One of the most notable aspects of the new circular is the formal regulatory recognition of Virtual Asset Service Providers (VASPs). The SEC has now introduced clear capital thresholds for digital asset exchanges, custodians, tokenisation platforms, and ancillary service providers, effectively bringing Nigeria’s digital asset ecosystem into a structured regulatory framework.

​Digital asset exchanges and custodians are now required to maintain ₦2 billion in capital, while digital asset offering platforms and real-world asset tokenisation platforms must hold ₦1 billion. Ancillary VASPs face ₦300 million thresholds, while robo-advisory platforms and crowdfunding intermediaries must maintain ₦100 million and ₦200 million, respectively.

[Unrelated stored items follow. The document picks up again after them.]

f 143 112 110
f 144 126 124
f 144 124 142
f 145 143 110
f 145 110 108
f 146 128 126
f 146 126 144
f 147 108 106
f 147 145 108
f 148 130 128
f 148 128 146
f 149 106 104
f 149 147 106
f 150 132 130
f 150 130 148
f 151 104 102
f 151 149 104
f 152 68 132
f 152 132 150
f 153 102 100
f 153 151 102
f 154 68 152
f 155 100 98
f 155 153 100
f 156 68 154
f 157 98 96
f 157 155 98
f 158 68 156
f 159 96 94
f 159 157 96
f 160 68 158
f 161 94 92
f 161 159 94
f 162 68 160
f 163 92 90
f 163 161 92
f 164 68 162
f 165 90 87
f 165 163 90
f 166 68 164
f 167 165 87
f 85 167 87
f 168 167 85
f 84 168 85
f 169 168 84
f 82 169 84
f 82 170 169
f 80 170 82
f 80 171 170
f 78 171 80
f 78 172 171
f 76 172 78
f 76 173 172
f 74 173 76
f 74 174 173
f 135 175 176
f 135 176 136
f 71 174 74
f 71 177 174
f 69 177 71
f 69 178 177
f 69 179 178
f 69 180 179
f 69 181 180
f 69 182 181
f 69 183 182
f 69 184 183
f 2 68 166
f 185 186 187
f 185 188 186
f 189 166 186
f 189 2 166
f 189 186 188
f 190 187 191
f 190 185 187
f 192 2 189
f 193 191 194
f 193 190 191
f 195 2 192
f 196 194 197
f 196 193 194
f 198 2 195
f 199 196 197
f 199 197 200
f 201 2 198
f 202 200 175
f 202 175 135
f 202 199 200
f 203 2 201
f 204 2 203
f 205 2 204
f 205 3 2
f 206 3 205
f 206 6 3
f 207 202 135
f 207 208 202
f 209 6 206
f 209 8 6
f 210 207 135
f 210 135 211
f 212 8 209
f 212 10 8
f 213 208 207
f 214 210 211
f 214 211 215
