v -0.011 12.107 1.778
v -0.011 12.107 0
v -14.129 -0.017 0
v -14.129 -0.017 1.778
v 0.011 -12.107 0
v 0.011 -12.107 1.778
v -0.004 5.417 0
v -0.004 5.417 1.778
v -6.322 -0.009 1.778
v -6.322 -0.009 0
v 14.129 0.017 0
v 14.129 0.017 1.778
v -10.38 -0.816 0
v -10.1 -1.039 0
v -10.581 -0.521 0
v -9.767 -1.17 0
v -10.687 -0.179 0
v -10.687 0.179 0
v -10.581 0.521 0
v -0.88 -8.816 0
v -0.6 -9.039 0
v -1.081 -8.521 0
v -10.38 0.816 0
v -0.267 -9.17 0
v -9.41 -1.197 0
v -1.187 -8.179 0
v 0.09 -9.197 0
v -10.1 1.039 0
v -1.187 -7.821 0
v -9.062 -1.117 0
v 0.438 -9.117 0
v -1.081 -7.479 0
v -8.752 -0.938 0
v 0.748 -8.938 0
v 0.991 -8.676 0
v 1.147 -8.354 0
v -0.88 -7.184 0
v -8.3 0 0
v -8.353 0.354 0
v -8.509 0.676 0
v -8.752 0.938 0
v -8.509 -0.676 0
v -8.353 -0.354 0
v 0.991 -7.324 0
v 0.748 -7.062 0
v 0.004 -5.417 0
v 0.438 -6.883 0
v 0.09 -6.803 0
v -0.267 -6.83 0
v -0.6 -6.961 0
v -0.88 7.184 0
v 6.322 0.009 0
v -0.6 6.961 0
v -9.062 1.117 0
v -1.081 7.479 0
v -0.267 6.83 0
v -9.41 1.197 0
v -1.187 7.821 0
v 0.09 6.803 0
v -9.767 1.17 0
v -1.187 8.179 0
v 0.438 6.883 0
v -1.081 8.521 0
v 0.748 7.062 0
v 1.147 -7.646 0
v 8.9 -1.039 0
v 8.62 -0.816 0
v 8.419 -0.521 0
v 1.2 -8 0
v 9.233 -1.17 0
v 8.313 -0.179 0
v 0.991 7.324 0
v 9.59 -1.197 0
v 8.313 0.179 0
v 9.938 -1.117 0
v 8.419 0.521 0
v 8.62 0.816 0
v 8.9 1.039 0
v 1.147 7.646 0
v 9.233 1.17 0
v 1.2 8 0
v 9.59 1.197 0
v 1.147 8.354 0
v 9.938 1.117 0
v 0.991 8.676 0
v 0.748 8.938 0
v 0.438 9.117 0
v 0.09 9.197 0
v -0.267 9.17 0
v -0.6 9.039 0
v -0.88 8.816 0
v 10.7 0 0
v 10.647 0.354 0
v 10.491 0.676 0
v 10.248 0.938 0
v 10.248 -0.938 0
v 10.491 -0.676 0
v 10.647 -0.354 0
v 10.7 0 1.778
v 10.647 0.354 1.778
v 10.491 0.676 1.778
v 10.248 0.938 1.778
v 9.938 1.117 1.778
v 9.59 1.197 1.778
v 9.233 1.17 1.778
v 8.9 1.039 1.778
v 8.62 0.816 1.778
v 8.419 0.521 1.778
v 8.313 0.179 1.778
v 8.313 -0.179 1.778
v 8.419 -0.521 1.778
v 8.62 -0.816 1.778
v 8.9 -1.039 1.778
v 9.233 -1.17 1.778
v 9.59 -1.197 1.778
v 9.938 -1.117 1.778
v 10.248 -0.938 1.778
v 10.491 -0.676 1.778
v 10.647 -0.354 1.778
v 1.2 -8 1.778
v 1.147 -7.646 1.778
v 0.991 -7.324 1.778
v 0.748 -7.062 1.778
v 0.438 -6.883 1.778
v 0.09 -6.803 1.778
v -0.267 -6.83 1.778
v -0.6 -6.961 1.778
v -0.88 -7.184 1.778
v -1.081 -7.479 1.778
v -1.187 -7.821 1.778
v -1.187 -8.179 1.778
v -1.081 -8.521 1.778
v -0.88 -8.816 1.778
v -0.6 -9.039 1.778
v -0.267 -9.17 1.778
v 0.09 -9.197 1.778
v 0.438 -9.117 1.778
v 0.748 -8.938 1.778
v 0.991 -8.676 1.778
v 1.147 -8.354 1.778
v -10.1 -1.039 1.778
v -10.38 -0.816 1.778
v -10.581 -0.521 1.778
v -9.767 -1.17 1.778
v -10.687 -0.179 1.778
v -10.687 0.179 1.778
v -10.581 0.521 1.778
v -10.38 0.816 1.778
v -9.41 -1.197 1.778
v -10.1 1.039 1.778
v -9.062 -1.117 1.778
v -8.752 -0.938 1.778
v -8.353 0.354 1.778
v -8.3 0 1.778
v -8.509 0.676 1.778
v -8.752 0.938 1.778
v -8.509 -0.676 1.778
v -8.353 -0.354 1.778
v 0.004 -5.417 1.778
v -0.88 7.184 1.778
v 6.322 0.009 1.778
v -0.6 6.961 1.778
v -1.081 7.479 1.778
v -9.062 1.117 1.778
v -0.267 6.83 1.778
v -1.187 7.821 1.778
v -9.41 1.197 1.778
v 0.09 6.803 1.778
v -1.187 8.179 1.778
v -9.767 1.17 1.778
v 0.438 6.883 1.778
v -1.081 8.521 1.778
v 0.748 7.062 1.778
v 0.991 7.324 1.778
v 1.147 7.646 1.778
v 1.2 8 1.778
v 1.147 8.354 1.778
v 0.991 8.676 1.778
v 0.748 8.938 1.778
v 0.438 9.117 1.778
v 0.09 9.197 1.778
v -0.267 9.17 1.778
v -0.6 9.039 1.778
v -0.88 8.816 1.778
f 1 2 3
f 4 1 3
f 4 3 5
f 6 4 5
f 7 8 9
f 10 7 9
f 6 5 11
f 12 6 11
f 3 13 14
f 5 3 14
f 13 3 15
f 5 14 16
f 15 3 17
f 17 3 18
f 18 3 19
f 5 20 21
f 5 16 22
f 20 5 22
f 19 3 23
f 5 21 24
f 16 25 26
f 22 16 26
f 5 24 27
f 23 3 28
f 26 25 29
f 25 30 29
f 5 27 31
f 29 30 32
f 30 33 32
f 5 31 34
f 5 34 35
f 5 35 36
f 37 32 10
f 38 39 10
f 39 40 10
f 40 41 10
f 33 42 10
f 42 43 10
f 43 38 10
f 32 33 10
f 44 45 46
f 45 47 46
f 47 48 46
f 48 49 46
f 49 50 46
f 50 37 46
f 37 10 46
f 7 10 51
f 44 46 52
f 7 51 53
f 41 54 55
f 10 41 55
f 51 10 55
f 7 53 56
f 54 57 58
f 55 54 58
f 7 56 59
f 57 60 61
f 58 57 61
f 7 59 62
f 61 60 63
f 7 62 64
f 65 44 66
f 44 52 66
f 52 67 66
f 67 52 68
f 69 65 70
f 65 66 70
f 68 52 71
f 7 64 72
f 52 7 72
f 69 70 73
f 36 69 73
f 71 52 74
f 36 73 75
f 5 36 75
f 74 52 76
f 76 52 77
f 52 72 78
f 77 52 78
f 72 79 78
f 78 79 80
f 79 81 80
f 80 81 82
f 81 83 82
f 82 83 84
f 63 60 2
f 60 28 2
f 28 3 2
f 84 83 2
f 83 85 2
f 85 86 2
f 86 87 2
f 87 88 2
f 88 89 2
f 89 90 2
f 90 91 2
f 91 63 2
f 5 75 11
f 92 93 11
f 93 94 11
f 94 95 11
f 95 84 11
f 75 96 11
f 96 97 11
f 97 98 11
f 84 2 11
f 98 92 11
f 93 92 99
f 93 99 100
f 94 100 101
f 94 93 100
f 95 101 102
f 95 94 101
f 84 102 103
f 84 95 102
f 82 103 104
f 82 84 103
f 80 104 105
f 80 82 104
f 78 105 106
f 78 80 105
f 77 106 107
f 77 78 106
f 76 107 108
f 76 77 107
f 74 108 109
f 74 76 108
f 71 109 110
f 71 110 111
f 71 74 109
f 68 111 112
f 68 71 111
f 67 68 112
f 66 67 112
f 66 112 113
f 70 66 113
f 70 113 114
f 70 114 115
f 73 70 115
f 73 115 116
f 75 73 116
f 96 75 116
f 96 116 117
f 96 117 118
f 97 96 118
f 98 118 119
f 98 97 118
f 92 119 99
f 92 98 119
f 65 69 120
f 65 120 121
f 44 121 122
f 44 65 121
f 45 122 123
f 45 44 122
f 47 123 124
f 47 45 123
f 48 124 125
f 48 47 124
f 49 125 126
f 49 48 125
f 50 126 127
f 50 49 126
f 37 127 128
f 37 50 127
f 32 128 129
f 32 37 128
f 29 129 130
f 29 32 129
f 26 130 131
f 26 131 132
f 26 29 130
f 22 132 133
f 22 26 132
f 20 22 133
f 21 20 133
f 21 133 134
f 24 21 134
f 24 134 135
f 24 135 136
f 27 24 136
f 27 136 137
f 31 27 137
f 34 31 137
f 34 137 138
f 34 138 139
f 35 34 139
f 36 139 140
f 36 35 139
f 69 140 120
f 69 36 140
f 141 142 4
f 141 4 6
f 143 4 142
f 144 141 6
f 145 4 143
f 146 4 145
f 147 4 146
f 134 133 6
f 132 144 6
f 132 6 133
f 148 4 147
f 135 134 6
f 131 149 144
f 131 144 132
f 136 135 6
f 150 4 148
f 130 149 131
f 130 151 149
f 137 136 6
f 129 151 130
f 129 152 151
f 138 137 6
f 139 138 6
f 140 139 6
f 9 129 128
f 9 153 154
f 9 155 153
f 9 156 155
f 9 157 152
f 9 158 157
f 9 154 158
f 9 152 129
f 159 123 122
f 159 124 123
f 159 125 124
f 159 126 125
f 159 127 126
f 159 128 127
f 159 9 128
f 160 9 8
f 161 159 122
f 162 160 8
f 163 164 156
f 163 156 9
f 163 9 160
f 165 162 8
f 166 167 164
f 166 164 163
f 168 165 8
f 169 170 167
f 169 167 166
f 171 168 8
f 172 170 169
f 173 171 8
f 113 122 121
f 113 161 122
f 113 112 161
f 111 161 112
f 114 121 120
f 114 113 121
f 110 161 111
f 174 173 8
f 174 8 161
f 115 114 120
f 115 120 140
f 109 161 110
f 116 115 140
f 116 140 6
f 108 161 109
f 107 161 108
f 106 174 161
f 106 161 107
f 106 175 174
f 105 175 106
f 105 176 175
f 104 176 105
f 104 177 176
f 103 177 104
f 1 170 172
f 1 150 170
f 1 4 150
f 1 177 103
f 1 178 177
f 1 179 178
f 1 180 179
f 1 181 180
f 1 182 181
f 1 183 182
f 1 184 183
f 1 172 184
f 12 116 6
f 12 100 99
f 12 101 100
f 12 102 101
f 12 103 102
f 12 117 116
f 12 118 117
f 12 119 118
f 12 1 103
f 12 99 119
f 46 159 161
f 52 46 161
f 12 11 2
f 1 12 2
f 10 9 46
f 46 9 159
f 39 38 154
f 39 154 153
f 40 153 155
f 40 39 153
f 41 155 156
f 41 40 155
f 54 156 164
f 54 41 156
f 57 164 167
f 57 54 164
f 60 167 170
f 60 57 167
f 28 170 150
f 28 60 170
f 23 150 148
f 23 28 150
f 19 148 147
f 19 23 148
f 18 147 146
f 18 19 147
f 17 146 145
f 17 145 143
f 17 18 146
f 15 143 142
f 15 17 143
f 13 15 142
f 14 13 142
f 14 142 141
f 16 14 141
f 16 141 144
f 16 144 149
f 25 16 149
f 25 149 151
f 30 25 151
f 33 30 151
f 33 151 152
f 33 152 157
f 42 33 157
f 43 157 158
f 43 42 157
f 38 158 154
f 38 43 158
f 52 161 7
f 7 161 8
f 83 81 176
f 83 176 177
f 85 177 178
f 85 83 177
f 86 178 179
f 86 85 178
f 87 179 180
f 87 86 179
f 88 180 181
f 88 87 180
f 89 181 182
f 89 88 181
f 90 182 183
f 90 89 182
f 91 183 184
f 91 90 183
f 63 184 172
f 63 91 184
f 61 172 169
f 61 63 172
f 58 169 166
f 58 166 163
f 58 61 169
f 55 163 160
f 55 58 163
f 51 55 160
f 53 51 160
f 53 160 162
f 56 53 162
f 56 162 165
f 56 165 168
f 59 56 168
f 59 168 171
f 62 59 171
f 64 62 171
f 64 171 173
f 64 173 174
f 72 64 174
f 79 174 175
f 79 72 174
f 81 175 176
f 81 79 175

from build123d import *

# Parameters (mm, degrees)
SKETCH1_R           = 1.2
BOSS_EXTRUDE1_DEPTH = 1.778
CUT_EXTRUDE1_REACH  = 20.691


with BuildPart() as part:
    # Sketch1 → Boss-Extrude1 (new body)
    with BuildSketch(Plane.XY):
        Polygon((-14.129156365, -0.016893901), (0.010881059, -12.106513676), (14.129156365, 0.016893901), (-0.010881059, 12.106513676), align=None)
        with Locations((0, 8)):
            Circle(SKETCH1_R, mode=Mode.SUBTRACT)
        with Locations((-9.5, 0)):
            Circle(SKETCH1_R, mode=Mode.SUBTRACT)
        with Locations((9.5, 0)):
            Circle(SKETCH1_R, mode=Mode.SUBTRACT)
        with Locations((0, -8)):
            Circle(SKETCH1_R, mode=Mode.SUBTRACT)
    extrude(amount=BOSS_EXTRUDE1_DEPTH)

    # Sketch2 → Cut-Extrude1 (cut, up to next)
    with BuildSketch(Plane.XY.offset(1.778), mode=Mode.PRIVATE) as cut_extrude1_sk1:
        Polygon((-0.003723131, 5.416744003), (-6.321720276, -0.008540092), (0.003723131, -5.416744003), (6.321720276, 0.008540092), align=None)
    cut_extrude1_tool1 = extrude(cut_extrude1_sk1.sketch, amount=-CUT_EXTRUDE1_REACH, mode=Mode.PRIVATE) & part.part
    add(cut_extrude1_tool1.solids().sort_by_distance((0, 0, 1.778))[0], mode=Mode.SUBTRACT)


solid = part.part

​For fintech startups, this represents a double-edged development. On one hand, formal regulatory recognition provides legitimacy, investor confidence, and potential access to institutional partnerships. On the other hand, significantly higher compliance costs may raise entry barriers and increase the capital intensity required to launch and scale digital financial services.

Compliance Timeline & Transitional Relief

Affected operators have been granted an 18-month compliance window, with a final deadline of June 30, 2027. While the timeline provides breathing room for capital raising and restructuring activities, the SEC has been explicit that non-compliance may attract serious regulatory consequences, including licence suspension or withdrawal.

​Importantly, the Commission has indicated that transitional relief may be available on a case-by-case basis, allowing operators to propose phased compliance strategies where justified. The SEC is also expected to release supplementary guidance covering acceptable capital composition, verification methodologies, and documentation standards. For compliance professionals and regulated entities, early engagement with regulatory expectations will be critical to avoiding last-minute restructuring risks.

Final Thoughts

The SEC’s recapitalisation directive marks a fundamental recalibration of Nigeria’s capital markets. The regulatory focus is shifting from encouraging widespread operator participation toward building a financially resilient, institutionally stable market ecosystem. Operators now face a clear strategic mandate: build stronger capital buffers, pursue strategic partnerships, or reposition operational models to remain competitive under the new regulatory environment.